I am looking at either Pro or Expert frames. I want Ultegra but maybe Di2. I'm definitely not interested in Sram. 

Haven't been thrilled with feedback on Roval wheels but since I'm considering disk brakes I am most like stuck there.

My LBS owner said he was at specialized a couple weeks ago riding hydraulics and Di2 and said they were bulletproof together. That it was almost anticipating his moves. That's compelling.


----------



## dealraker (Sep 1, 2010)

I am an average rider---- but last night with a group I did do a delightful 37 mile 22.2 average through the rolling hills of Piedmont North Carolina. I have had Fact 6, Fact 8, Fact 9 and Fact 10 bikes from Specialized. There have been many specific things I've felt with the bikes and being a relatively small man (155 lbs) one of them is the ever-so-slight weight differences. But to even say that the Fact 6 and 8 bikes are somehow "crap" compared to the Fact 10 is simply nothing but wrong. On a long steep hill I may be a little slower on the Fact 6 bike. Otherwise I do enjoy the efforts Specialized and others are putting forth to make better frames. Still the older ones, or lesser Fact ones.....I just can't tell much difference at all at my level of riding.


----------



## roadworthy (Nov 11, 2011)

dealraker said:


> I am an average rider---- but last night with a group I did do a delightful 37 mile 22.2 average through the rolling hills of Piedmont North Carolina. I have had Fact 6, Fact 8, Fact 9 and Fact 10 bikes from Specialized. There have been many specific things I've felt with the bikes and being a relatively small man (155 lbs) one of them is the ever-so-slight weight differences. But to even say that the Fact 6 and 8 bikes are somehow "crap" compared to the Fact 10 is simply nothing but wrong. On a long steep hill I may be a little slower on the Fact 6 bike. Otherwise I do enjoy the efforts Specialized and others are putting forth to make better frames. Still the older ones, or lesser Fact ones.....I just can't tell much difference at all at my level of riding.
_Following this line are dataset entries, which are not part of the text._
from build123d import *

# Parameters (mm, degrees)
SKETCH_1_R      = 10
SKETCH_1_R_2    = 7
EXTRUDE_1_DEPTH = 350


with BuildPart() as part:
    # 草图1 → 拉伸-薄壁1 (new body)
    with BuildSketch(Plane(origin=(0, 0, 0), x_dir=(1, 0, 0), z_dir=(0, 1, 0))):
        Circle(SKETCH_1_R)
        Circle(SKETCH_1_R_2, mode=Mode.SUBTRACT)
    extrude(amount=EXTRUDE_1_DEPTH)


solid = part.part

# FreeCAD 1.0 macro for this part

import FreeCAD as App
import Part
import Sketcher
Q = App.Units.Quantity

doc = App.newDocument("Part")
body = doc.addObject("PartDesign::Body", "Body")

sketch1 = body.newObject("Sketcher::SketchObject", "Sketch")
sketch1.AttachmentSupport = (doc.getObject("XZ_Plane"), [""])
sketch1.MapMode = "FlatFace"
sketch1.addGeometry([
    Part.Circle(App.Vector(0, 0, 0), App.Vector(0, 0, 1), 10),
    Part.Circle(App.Vector(0, 0, 0), App.Vector(0, 0, 1), 7),
], False)
sketch1.addConstraint([
    Sketcher.Constraint("Coincident", 0, 3, -1, 1),
    Sketcher.Constraint("Coincident", 1, 3, -1, 1),
    Sketcher.Constraint("Diameter", 0, Q("20 mm")),
    Sketcher.Constraint("Diameter", 1, Q("14 mm")),
])
pad1 = body.newObject("PartDesign::Pad", "Pad")
pad1.Profile = sketch1
pad1.Length = 350
pad1.Reversed = True

doc.recompute()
I agree with what you wrote and 22+mph in a group ride average is a sporty pace so you likely represent many of us here in terms of your performance level.
For an average power rider in particular, likely carbon modulus is more about weight...which isn't much...as compared to increase in frame stiffness and power transfer. Your experience bears this out. Further Specialized has rather dramatically revised frame sections over the years and this has a much greater affect on vertical/lateral stiffness than 1 or 2 pts of carbon modulus for the simple fact that more carbon is added at lower modules to get same level of strength.


----------



## b-rad2 (Dec 8, 2006)

My plot thickens:

I had a beautiful Trek Domane 6.9 w/ DA Di2 and disks bat it's eyes at me today :blush2:. For the same price as a Roubaix Pro w/ same but Ultegra groupo. (?!?!?!)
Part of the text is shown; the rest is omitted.